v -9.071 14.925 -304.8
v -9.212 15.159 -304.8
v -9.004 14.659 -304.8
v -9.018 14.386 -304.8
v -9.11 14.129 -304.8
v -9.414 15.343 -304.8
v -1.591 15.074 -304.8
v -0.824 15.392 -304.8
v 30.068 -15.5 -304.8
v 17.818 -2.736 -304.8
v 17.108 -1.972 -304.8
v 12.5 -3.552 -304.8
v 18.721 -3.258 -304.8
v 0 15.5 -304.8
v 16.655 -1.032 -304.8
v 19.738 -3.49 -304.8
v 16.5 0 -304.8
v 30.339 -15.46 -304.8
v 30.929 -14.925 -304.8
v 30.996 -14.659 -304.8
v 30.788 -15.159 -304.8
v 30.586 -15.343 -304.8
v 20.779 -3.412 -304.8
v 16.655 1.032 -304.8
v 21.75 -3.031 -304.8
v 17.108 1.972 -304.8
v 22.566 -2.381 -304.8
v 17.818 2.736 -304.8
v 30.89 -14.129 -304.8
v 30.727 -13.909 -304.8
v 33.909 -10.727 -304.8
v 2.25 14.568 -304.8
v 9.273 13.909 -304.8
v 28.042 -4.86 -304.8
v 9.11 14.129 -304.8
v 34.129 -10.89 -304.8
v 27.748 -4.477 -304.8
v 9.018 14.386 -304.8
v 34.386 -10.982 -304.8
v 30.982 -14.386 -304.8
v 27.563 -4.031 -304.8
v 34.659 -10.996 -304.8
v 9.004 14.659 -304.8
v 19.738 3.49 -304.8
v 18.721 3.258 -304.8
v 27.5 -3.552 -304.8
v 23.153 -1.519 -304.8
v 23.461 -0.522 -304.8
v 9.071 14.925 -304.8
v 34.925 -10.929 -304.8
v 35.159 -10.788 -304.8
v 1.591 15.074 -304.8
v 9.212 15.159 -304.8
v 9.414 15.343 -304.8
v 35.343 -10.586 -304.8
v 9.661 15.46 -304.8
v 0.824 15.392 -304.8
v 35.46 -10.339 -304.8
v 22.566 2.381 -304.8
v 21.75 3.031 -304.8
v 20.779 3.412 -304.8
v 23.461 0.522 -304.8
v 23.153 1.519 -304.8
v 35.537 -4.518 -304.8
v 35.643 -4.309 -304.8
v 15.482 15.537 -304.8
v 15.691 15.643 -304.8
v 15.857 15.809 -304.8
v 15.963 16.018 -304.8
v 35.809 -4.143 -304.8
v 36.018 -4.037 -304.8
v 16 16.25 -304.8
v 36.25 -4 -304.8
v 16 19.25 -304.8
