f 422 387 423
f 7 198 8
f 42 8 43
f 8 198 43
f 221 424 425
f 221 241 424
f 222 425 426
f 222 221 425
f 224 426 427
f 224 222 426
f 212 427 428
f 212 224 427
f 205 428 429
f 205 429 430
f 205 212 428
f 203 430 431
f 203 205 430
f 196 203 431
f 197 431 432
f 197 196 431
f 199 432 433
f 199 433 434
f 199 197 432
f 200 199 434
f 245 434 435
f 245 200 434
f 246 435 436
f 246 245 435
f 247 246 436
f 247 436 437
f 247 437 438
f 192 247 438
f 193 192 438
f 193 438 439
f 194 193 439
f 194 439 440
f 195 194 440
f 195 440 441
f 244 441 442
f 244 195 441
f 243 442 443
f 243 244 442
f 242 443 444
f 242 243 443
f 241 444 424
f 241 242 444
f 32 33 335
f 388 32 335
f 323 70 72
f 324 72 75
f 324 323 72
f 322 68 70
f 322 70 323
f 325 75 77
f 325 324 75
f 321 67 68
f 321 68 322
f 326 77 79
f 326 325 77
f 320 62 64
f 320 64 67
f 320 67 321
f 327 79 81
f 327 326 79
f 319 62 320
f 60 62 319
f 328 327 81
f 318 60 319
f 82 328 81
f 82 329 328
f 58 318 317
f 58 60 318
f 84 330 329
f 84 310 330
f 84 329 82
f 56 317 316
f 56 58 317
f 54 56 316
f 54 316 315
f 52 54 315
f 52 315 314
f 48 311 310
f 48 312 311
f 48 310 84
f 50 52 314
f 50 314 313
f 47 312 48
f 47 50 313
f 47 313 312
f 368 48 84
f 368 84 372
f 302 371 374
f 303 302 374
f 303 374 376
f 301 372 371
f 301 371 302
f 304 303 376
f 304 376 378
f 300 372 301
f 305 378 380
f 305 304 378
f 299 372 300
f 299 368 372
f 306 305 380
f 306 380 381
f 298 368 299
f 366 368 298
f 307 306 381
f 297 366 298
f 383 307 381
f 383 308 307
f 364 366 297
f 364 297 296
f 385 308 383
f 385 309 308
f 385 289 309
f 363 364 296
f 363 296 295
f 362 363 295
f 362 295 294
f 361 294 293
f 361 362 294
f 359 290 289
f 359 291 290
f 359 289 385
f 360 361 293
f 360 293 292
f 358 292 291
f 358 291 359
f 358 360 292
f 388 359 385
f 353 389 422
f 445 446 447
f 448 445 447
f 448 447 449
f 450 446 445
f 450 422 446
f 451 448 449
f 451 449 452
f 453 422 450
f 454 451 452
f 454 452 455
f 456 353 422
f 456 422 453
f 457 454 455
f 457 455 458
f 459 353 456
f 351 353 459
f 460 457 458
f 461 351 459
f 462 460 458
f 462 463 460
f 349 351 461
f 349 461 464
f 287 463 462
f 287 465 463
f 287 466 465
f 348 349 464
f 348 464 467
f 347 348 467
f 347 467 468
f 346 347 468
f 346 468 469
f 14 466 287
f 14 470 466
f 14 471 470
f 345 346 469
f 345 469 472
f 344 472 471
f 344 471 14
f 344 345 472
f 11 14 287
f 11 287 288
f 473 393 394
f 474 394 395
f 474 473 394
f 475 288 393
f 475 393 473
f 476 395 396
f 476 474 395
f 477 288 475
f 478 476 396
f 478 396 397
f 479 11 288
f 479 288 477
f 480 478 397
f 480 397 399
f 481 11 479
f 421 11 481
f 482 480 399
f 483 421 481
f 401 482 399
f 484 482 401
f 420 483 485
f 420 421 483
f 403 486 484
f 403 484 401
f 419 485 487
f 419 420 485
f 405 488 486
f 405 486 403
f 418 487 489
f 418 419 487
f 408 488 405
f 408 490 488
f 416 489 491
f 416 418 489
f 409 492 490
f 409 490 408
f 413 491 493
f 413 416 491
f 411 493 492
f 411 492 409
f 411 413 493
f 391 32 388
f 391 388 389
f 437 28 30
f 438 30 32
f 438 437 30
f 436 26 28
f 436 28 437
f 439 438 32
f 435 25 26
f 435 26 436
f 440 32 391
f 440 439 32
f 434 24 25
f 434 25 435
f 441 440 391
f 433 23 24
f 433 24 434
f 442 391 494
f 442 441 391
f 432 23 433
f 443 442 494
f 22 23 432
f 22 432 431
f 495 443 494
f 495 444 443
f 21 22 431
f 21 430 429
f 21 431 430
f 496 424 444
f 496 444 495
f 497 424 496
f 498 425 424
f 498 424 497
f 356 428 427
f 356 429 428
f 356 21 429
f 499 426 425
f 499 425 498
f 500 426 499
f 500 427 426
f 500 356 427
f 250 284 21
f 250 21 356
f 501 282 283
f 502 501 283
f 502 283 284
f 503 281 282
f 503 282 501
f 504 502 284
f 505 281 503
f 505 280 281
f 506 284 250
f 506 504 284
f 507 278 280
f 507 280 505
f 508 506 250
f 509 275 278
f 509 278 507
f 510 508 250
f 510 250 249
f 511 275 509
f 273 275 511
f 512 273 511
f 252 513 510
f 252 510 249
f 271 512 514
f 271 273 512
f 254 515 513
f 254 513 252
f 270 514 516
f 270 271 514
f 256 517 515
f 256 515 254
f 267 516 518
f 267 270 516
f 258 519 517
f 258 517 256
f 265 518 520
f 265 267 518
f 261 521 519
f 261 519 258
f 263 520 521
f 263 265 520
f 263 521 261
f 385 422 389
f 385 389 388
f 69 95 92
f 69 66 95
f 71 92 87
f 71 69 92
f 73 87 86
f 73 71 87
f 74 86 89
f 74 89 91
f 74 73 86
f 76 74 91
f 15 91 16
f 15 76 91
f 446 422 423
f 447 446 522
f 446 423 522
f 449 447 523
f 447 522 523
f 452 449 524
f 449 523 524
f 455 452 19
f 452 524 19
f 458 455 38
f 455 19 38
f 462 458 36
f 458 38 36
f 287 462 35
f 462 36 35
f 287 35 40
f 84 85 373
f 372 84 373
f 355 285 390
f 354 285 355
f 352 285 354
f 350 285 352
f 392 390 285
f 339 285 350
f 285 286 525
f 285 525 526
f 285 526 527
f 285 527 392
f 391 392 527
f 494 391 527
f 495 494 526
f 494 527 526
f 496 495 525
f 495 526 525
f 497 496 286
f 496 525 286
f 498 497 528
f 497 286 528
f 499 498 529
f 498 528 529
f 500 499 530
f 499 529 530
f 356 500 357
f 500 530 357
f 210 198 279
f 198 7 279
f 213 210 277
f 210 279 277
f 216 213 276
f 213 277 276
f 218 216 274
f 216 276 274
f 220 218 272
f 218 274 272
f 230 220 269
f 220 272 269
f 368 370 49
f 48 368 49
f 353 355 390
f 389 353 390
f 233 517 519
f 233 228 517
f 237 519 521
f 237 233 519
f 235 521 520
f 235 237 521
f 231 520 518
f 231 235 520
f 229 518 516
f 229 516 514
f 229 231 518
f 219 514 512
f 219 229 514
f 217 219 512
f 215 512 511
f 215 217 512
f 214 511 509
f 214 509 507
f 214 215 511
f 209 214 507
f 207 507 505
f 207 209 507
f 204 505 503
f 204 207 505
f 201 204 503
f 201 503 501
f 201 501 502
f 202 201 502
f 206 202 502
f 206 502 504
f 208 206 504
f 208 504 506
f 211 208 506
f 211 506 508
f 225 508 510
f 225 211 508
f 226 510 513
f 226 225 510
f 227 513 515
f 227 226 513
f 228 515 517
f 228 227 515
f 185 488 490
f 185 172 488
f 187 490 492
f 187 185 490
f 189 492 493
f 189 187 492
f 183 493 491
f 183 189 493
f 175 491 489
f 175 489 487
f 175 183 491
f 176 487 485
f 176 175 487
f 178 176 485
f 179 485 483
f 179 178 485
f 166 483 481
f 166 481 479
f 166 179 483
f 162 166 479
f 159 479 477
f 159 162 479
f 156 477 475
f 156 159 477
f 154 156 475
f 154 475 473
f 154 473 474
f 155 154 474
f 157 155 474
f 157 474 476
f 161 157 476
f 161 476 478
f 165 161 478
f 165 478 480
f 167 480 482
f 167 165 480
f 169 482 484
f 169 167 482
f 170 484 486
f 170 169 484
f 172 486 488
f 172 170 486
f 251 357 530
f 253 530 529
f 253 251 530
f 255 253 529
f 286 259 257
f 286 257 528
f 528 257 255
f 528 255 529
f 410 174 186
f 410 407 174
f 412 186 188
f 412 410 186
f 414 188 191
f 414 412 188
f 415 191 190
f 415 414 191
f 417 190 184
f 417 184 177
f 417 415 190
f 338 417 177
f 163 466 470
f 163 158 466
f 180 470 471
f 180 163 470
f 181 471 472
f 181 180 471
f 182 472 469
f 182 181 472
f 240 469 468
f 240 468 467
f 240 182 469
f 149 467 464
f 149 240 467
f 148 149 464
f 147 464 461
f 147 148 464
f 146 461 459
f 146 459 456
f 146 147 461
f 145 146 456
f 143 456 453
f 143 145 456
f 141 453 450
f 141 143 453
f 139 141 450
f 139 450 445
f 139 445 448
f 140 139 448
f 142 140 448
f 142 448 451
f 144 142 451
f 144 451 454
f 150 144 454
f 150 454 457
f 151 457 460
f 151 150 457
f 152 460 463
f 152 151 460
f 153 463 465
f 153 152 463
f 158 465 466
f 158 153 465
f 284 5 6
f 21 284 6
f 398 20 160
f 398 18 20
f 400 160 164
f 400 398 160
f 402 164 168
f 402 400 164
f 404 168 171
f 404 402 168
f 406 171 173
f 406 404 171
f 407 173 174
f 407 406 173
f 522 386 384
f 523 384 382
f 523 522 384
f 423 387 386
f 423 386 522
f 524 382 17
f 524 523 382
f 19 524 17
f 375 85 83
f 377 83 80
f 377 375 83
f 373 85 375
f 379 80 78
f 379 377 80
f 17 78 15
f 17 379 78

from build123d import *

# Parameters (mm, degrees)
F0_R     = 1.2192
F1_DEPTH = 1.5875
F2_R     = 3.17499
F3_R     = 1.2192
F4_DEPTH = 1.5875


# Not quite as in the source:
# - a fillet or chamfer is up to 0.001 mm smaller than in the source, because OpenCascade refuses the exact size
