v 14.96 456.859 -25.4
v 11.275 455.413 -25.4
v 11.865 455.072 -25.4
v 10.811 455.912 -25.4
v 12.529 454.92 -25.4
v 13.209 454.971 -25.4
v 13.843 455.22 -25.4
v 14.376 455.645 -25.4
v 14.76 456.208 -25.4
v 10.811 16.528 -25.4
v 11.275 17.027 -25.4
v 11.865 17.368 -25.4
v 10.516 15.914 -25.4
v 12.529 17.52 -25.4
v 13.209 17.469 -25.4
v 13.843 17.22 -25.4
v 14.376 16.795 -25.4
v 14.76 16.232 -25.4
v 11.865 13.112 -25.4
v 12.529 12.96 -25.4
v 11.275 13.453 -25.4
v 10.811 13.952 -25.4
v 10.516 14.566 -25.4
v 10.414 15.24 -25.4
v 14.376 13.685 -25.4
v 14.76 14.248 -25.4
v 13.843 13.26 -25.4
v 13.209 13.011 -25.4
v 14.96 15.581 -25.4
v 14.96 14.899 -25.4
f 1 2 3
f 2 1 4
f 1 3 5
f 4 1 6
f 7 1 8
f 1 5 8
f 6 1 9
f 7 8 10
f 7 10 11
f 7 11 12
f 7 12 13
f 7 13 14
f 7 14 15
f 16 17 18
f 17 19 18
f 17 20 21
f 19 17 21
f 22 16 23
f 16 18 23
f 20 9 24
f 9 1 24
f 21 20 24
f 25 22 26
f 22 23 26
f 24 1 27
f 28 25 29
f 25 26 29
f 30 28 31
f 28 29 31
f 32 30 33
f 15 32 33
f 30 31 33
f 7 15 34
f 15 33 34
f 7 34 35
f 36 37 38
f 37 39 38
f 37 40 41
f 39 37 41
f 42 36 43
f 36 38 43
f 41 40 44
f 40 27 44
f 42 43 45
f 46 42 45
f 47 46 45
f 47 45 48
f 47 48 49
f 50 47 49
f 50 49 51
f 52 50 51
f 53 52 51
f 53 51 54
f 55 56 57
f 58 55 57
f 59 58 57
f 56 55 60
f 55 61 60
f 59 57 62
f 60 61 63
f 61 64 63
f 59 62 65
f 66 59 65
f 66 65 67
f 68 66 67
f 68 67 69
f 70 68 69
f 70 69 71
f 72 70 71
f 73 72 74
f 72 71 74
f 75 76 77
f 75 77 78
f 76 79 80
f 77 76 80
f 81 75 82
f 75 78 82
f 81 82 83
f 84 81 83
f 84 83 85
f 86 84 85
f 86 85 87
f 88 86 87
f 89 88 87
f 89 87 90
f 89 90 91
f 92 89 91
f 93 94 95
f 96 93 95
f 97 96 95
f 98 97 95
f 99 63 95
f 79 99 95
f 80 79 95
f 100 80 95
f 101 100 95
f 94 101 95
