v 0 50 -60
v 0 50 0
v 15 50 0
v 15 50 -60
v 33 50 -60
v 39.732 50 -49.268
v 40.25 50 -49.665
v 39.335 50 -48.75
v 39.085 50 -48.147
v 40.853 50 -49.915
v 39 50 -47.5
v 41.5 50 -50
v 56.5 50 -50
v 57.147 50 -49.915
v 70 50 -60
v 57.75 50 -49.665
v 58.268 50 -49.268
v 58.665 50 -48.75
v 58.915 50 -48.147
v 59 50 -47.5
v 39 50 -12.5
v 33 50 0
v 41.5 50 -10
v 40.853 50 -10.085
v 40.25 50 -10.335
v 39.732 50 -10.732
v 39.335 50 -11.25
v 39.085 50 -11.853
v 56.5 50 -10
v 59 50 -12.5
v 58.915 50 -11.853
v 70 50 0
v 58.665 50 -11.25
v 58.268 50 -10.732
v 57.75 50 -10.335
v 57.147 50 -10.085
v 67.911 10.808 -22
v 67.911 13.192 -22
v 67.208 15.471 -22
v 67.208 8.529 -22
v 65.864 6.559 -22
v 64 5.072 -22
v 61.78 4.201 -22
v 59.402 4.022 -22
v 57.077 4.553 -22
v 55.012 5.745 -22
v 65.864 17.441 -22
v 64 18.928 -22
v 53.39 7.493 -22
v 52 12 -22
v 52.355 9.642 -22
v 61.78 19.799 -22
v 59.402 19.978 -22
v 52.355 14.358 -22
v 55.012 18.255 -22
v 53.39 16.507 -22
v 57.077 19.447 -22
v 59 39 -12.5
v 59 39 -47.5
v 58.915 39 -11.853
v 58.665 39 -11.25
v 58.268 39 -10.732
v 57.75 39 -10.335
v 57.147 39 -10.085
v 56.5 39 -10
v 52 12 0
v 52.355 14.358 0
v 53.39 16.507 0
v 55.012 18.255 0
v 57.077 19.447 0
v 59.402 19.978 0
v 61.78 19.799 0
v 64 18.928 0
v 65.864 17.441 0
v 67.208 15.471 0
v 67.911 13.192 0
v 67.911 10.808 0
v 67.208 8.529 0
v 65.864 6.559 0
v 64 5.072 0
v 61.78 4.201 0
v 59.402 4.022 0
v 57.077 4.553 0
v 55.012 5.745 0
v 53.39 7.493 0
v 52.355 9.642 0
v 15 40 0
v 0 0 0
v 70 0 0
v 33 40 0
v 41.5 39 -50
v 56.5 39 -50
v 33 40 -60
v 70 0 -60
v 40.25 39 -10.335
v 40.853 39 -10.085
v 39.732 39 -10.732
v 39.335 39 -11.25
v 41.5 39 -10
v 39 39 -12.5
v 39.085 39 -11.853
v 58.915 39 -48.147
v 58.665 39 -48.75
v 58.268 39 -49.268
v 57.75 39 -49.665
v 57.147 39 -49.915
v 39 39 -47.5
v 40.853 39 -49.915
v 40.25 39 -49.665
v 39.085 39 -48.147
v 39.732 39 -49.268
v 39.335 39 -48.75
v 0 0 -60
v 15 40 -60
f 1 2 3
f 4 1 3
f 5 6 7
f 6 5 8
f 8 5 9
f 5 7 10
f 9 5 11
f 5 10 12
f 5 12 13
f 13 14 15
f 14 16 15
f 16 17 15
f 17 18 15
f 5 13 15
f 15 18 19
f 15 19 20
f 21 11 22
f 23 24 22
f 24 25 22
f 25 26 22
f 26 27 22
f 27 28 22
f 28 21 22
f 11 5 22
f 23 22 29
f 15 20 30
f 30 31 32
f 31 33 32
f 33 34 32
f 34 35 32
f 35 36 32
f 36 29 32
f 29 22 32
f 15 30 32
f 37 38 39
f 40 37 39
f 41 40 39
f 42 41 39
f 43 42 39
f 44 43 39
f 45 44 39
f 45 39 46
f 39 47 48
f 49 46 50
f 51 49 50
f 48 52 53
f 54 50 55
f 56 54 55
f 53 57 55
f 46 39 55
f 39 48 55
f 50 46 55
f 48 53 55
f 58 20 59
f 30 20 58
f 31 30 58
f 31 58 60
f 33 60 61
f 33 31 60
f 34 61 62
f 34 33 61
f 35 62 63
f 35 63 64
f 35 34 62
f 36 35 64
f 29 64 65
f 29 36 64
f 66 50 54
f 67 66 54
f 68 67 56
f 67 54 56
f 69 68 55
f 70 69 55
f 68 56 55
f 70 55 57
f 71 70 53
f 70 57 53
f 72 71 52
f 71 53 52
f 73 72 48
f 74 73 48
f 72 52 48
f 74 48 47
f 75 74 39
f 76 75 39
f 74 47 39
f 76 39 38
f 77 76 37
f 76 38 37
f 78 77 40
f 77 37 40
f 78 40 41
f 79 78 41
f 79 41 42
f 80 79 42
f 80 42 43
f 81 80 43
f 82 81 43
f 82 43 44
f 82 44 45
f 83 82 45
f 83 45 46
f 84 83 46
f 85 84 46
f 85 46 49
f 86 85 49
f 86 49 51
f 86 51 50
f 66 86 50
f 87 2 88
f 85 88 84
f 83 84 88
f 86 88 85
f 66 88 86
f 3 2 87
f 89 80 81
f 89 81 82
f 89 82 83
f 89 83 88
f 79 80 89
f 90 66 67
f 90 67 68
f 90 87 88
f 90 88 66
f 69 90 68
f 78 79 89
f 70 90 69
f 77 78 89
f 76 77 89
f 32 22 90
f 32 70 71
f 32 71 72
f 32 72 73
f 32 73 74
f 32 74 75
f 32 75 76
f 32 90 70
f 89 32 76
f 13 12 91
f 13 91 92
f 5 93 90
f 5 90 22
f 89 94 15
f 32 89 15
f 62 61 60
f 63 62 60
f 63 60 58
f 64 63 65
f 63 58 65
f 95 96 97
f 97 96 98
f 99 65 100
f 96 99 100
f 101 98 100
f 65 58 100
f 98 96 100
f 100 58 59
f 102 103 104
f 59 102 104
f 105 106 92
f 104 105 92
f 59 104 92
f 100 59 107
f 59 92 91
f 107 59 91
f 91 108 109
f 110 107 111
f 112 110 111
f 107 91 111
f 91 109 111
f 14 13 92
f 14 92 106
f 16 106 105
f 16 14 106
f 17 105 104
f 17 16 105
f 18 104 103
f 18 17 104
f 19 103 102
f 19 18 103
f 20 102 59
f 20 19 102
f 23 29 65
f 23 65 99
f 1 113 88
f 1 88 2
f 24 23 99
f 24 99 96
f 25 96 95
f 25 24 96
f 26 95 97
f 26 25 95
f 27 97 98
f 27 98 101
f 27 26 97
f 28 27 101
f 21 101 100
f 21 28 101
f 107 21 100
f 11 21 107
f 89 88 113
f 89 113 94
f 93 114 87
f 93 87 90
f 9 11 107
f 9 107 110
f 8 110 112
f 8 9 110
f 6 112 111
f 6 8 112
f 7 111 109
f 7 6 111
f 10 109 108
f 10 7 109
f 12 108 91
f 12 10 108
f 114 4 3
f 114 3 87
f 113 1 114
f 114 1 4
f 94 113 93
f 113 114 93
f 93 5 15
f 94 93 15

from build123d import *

# Parameters (mm, degrees)
ESBO_O7_W                                      = 70
ESBO_O7_H                                      = 50
RESSALTO_EXTRUS_O3_DEPTH                       = 60
BROCA_DE_ROSQUEAR_PARA_TARRAXA_DE_M1_2X0_D     = 16
BROCA_DE_ROSQUEAR_PARA_TARRAXA_DE_M1_2X0_DEPTH = 22
CORTE_EXTRUS_O2_DEPTH                          = 11
ESBO_O13_W                                     = 18
ESBO_O13_H                                     = 10


with BuildPart() as part:
    # Esboço7 → Ressalto-extrusão3 (new body)
    with BuildSketch(Plane.XY):
        with Locations((35, 25)):
            Rectangle(ESBO_O7_W, ESBO_O7_H)
    extrude(amount=-RESSALTO_EXTRUS_O3_DEPTH)

    # Broca de rosquear para tarraxa de M1.2x0.252
    with Locations(Plane.XY):
        with Locations((60, 12)):
            Hole(BROCA_DE_ROSQUEAR_PARA_TARRAXA_DE_M1_2X0_D / 2, depth=BROCA_DE_ROSQUEAR_PARA_TARRAXA_DE_M1_2X0_DEPTH)

    # Esboço11 → Corte-extrusão2 (cut)
    with BuildSketch(Plane(origin=(0, 50, 0), x_dir=(1, 0, 0), z_dir=(0, 1, 0))):
        with BuildLine():
            Line((41.5, 50), (56.5, 50))
            ThreePointArc((56.5, 50), (58.267766953, 49.267766953), (59, 47.5))
            Line((59, 47.5), (59, 12.5))
            ThreePointArc((59, 12.5), (58.267766953, 10.732233047), (56.5, 10))
            Line((56.5, 10), (41.5, 10))
            ThreePointArc((41.5, 10), (39.732233047, 10.732233047), (39, 12.5))
            Line((39, 12.5), (39, 47.5))
            ThreePointArc((39, 47.5), (39.732233047, 49.267766953), (41.5, 50))
        make_face()
    extrude(amount=-CORTE_EXTRUS_O2_DEPTH, mode=Mode.SUBTRACT)

    # Varredura de corte1: sweep along a path in Esboço16
    with BuildLine(Plane(origin=(0, 50, 0), x_dir=(1, 0, 0), z_dir=(0, 1, 0))) as varredura_de_corte1_path:
        Line((15, 0), (15, 60))
    # Esboço13 → Varredura de corte1 (sweep, cut)
    with BuildSketch(Plane.XY):
        with Locations((24, 45)):
            Rectangle(ESBO_O13_W, ESBO_O13_H)
    sweep(path=varredura_de_corte1_path.line, mode=Mode.SUBTRACT)


solid = part.part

——————

WORK REQUIRED
Starting at the line that contains "f 454 451 452" and stopping after the line that contains "f 495 443 494", write out every line exactly as it appears above, and no other line.

THE COMPLETED TASK
f 454 451 452
f 454 452 455
f 456 353 422
f 456 422 453
f 457 454 455
f 457 455 458
f 459 353 456
f 351 353 459
f 460 457 458
f 461 351 459
f 462 460 458
f 462 463 460
f 349 351 461
f 349 461 464
f 287 463 462
f 287 465 463
f 287 466 465
f 348 349 464
f 348 464 467
f 347 348 467
f 347 467 468
f 346 347 468
f 346 468 469
f 14 466 287
f 14 470 466
f 14 471 470
f 345 346 469
f 345 469 472
f 344 472 471
f 344 471 14
f 344 345 472
f 11 14 287
f 11 287 288
f 473 393 394
f 474 394 395
f 474 473 394
f 475 288 393
f 475 393 473
f 476 395 396
f 476 474 395
f 477 288 475
f 478 476 396
f 478 396 397
f 479 11 288
f 479 288 477
f 480 478 397
f 480 397 399
f 481 11 479
f 421 11 481
f 482 480 399
f 483 421 481
f 401 482 399
f 484 482 401
f 420 483 485
f 420 421 483
f 403 486 484
f 403 484 401
f 419 485 487
f 419 420 485
f 405 488 486
f 405 486 403
f 418 487 489
f 418 419 487
f 408 488 405
f 408 490 488
f 416 489 491
f 416 418 489
f 409 492 490
f 409 490 408
f 413 491 493
f 413 416 491
f 411 493 492
f 411 492 409
f 411 413 493
f 391 32 388
f 391 388 389
f 437 28 30
f 438 30 32
f 438 437 30
f 436 26 28
f 436 28 437
f 439 438 32
f 435 25 26
f 435 26 436
f 440 32 391
f 440 439 32
f 434 24 25
f 434 25 435
f 441 440 391
f 433 23 24
f 433 24 434
f 442 391 494
f 442 441 391
f 432 23 433
f 443 442 494
f 22 23 432
f 22 432 431
f 495 443 494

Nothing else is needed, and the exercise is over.